Data supplied Start Marker
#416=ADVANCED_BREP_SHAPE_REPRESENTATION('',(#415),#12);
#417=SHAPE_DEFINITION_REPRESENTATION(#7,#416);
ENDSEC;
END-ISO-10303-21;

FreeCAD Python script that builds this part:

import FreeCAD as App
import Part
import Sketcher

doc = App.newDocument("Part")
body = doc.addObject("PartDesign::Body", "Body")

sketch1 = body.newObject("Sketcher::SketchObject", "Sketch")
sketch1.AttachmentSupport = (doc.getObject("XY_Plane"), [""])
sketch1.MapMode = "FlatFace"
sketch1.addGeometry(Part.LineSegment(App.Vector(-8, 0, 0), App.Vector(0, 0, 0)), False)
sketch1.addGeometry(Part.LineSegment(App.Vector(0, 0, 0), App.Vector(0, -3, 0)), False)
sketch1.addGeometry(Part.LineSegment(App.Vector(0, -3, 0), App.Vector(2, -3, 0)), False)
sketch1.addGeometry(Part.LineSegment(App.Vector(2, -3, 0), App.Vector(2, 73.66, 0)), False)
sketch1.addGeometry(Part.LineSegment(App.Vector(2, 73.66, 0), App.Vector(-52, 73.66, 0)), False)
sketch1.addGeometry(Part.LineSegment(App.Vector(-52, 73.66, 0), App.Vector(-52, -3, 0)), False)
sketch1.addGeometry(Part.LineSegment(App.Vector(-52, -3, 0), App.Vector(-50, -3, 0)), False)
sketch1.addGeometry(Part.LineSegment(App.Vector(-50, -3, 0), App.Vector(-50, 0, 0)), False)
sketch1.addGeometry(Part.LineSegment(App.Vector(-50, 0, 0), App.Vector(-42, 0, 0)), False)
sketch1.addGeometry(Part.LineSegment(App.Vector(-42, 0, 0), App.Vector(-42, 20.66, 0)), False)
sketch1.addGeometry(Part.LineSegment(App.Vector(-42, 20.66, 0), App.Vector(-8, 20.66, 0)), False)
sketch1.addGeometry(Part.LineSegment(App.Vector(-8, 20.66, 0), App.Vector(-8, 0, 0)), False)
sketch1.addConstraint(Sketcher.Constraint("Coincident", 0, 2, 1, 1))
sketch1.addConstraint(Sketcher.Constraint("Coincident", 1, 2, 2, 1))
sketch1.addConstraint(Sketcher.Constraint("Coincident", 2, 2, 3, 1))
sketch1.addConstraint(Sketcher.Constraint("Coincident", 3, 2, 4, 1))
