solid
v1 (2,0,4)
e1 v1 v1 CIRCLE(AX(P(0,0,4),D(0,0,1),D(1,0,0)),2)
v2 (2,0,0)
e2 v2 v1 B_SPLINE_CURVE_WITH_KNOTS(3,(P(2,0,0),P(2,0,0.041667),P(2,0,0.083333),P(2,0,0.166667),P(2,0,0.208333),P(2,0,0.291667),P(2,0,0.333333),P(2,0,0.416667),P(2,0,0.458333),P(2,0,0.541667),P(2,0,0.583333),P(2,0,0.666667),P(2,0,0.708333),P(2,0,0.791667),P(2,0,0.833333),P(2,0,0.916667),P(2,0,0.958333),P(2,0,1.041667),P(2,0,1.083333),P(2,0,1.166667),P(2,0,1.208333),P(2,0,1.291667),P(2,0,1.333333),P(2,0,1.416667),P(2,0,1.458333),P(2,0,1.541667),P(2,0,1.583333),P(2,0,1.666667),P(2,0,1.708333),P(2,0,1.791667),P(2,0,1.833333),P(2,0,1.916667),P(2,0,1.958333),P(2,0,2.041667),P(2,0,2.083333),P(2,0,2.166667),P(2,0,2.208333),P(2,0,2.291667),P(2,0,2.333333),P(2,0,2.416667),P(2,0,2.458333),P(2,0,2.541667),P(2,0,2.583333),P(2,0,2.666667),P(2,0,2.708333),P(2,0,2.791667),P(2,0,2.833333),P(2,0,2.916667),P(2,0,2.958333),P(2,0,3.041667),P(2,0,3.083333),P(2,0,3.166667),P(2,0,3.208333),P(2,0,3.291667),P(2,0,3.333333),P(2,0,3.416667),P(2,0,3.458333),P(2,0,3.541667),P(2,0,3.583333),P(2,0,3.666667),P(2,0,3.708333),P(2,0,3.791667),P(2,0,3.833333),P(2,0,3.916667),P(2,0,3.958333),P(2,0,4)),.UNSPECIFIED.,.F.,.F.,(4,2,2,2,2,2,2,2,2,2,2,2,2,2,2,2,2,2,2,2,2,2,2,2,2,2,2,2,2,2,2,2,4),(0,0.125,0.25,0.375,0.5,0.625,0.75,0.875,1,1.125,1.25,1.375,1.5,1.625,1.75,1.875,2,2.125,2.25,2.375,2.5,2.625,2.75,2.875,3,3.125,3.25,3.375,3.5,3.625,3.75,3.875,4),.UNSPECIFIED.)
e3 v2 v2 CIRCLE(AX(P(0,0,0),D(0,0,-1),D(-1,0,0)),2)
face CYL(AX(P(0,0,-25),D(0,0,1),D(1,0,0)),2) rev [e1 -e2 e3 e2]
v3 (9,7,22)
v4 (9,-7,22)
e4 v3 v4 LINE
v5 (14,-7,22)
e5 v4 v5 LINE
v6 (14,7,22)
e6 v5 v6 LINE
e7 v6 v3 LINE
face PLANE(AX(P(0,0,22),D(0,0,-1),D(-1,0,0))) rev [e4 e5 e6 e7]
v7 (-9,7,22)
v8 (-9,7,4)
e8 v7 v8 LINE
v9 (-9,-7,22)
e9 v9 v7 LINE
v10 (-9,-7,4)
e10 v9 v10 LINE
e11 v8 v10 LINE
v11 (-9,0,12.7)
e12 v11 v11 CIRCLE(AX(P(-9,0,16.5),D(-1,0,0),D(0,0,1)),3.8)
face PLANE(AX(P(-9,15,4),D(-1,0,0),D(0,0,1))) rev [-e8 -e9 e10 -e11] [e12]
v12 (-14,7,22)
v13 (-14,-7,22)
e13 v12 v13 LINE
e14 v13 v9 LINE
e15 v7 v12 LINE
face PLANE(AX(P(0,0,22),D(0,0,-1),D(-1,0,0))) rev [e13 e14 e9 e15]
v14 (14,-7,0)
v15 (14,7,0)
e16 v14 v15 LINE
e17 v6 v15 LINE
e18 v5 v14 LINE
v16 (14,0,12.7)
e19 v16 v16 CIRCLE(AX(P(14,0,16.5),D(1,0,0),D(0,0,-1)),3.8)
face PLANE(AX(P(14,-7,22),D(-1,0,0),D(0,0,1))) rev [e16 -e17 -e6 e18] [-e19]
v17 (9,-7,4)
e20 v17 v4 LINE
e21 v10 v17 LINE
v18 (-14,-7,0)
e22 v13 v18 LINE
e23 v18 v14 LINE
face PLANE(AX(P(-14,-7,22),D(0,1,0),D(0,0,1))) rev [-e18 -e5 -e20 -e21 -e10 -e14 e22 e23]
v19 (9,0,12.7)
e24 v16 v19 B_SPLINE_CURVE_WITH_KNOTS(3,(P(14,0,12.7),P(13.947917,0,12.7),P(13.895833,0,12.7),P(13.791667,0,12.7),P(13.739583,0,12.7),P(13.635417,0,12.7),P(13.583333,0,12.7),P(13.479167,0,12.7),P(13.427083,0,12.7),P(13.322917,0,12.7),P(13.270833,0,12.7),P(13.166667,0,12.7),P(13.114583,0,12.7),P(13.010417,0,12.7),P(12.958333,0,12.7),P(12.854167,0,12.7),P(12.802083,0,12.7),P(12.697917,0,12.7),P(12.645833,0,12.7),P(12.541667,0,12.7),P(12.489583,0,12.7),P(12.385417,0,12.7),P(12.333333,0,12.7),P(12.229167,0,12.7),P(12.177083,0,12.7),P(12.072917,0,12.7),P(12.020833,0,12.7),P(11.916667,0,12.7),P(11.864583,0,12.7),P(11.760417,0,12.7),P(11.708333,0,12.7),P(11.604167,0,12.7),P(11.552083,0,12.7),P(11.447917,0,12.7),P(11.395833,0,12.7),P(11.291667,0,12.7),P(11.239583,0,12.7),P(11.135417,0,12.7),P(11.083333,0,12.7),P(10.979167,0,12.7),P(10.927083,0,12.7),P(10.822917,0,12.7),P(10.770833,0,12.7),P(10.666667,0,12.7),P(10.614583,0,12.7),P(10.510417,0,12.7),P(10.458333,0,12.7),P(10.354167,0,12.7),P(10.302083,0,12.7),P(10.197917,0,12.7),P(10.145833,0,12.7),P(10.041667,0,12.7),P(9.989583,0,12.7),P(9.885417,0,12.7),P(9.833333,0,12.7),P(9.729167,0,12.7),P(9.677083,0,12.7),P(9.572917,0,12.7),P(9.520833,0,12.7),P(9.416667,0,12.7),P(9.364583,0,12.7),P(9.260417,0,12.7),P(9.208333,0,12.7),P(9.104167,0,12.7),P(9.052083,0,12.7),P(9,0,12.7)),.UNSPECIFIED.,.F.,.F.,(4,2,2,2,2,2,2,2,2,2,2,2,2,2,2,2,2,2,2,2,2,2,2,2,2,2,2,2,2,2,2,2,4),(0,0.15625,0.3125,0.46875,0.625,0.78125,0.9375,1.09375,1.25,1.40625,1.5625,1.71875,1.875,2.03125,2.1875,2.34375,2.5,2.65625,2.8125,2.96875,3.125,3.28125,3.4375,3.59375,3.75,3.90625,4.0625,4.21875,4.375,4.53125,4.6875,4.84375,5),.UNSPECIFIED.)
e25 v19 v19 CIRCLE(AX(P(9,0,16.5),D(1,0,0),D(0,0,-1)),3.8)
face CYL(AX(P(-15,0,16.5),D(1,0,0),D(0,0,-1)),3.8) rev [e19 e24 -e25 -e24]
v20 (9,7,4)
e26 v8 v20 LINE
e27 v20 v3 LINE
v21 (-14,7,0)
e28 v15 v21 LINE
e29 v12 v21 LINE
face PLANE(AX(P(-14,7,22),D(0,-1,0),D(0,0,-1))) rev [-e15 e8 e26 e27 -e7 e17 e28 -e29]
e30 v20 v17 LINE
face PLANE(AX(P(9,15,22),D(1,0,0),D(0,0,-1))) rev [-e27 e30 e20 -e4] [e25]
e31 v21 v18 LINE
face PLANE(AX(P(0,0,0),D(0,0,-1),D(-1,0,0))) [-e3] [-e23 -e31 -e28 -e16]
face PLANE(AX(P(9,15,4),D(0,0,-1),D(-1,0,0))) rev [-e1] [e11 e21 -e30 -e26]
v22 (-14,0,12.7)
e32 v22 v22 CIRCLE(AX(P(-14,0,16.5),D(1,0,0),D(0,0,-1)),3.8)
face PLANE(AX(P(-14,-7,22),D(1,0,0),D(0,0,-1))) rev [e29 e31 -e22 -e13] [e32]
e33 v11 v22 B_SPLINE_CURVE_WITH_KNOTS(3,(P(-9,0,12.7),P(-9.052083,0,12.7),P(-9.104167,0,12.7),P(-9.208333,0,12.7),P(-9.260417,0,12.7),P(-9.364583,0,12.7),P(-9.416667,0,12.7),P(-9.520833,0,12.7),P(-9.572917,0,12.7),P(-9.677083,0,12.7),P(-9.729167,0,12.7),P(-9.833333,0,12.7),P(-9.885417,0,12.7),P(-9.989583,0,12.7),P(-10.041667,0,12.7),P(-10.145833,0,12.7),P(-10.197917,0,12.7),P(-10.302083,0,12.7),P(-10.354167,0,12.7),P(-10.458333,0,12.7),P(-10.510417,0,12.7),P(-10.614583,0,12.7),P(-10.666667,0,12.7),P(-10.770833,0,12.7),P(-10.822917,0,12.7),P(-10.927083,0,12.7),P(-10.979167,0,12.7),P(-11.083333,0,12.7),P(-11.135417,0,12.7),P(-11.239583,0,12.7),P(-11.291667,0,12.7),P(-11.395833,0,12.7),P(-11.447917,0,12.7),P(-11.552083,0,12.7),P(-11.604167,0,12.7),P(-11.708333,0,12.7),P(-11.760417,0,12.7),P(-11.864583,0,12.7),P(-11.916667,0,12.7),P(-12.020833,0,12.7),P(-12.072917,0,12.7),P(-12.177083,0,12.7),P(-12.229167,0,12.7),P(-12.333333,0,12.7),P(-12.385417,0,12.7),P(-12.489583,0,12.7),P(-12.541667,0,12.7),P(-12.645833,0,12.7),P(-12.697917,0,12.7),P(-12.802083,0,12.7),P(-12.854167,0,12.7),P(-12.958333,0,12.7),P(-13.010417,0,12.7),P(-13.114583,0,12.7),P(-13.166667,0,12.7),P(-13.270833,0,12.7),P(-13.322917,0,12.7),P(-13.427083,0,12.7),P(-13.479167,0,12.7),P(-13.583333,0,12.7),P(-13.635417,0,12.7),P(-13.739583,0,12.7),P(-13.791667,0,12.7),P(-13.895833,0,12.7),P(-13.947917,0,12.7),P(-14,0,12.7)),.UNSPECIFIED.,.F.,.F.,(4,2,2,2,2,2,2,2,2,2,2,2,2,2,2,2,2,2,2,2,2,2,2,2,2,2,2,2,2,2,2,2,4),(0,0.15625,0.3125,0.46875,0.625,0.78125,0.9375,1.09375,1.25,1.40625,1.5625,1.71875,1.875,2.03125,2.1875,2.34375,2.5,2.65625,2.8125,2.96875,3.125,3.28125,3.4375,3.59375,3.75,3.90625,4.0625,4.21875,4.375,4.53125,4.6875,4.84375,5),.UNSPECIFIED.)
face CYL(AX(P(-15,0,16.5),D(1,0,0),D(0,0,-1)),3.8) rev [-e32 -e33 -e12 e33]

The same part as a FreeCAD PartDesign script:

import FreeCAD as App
import Part
import Sketcher
from FreeCAD import Vector
Q = App.Units.Quantity


def add_polygon(sketch, points):
    """Adds a closed chain of lines whose ends are joined by coincident constraints."""
    first, n = sketch.GeometryCount, len(points)
    for a, b in zip(points, points[1:] + points[:1]):
        sketch.addGeometry(Part.LineSegment(App.Vector(*a, 0), App.Vector(*b, 0)), False)
    for i in range(n):
        sketch.addConstraint(Sketcher.Constraint("Coincident", first + i, 2, first + (i + 1) % n, 1))

doc = App.newDocument("Part")
body = doc.addObject("PartDesign::Body", "Body")

sketch1 = body.newObject("Sketcher::SketchObject", "Sketch")
sketch1.AttachmentSupport = (doc.getObject("XY_Plane"), [""])
sketch1.MapMode = "FlatFace"
add_polygon(sketch1, [(-14, 7), (-14, -7), (14, -7), (14, 7)])
sketch1.addConstraint([
    Sketcher.Constraint("Vertical", 0),
    Sketcher.Constraint("Horizontal", 1),
    Sketcher.Constraint("Vertical", 2),
    Sketcher.Constraint("Horizontal", 3),
    Sketcher.Constraint("Symmetric", 0, 2, 2, 2, -1, 1),
    Sketcher.Constraint("DistanceX", 1, 1, 1, 2, Q("28 mm")),
    Sketcher.Constraint("DistanceY", 0, 2, 0, 1, Q("14 mm")),
])
pad1 = body.newObject("PartDesign::Pad", "Pad")
pad1.Profile = sketch1
pad1.Length = 22

sketch2 = body.newObject("Sketcher::SketchObject", "Sketch001")
sketch2.AttachmentSupport = (doc.getObject("XZ_Plane"), [""])
sketch2.MapMode = "FlatFace"
sketch2.AttachmentOffset = App.Placement(Vector(0, 0, 7), App.Rotation())
add_polygon(sketch2, [(-9, 22), (-9, 4), (9, 4), (9, 22)])
sketch2.addConstraint([
    Sketcher.Constraint("Vertical", 0),
    Sketcher.Constraint("Horizontal", 1),
    Sketcher.Constraint("Vertical", 2),
    Sketcher.Constraint("Horizontal", 3),
    Sketcher.Constraint("Equal", 3, 0),
    Sketcher.Constraint("DistanceX", 1, 1, 1, 2, Q("18 mm")),
    Sketcher.Constraint("DistanceX", 0, 2, -1, 1, Q("9 mm")),
    Sketcher.Constraint("DistanceY", -1, 1, 0, 2, Q("4 mm")),
])
pocket1 = body.newObject("PartDesign::Pocket", "Pocket")
pocket1.Profile = sketch2
pocket1.Length = 22

sketch3 = body.newObject("Sketcher::SketchObject", "Sketch002")
sketch3.AttachmentSupport = (doc.getObject("YZ_Plane"), [""])
sketch3.MapMode = "FlatFace"
sketch3.AttachmentOffset = App.Placement(Vector(0, 0, 14), App.Rotation())
sketch3.addGeometry(Part.Circle(Vector(0, 16.5, 0), Vector(0, 0, 1), 3.8), False)
sketch3.addConstraint([
    Sketcher.Constraint("PointOnObject", 0, 3, -2),
    Sketcher.Constraint("Diameter", 0, Q("7.6 mm")),
    Sketcher.Constraint("DistanceY", -1, 1, 0, 3, Q("16.5 mm")),
])
pocket2 = body.newObject("PartDesign::Pocket", "Pocket001")
pocket2.Profile = sketch3
pocket2.Length = 29

sketch4 = body.newObject("Sketcher::SketchObject", "Sketch003")
sketch4.AttachmentSupport = (doc.getObject("XY_Plane"), [""])
sketch4.MapMode = "FlatFace"
sketch4.AttachmentOffset = App.Placement(Vector(0, 0, 4), App.Rotation())
sketch4.addGeometry(Part.Circle(Vector(0, 0, 0), Vector(0, 0, 1), 2), False)
sketch4.addConstraint([
    Sketcher.Constraint("Coincident", 0, 3, -1, 1),
    Sketcher.Constraint("Diameter", 0, Q("4 mm")),
])
pocket3 = body.newObject("PartDesign::Pocket", "Pocket002")
pocket3.Profile = sketch4
pocket3.Length = 29

doc.recompute()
Data supplied End Marker
* Exercise
Pull out the lines above in which the word "script" appears.

* Solved exercise
FreeCAD Python script that builds this part:
The same part as a FreeCAD PartDesign script:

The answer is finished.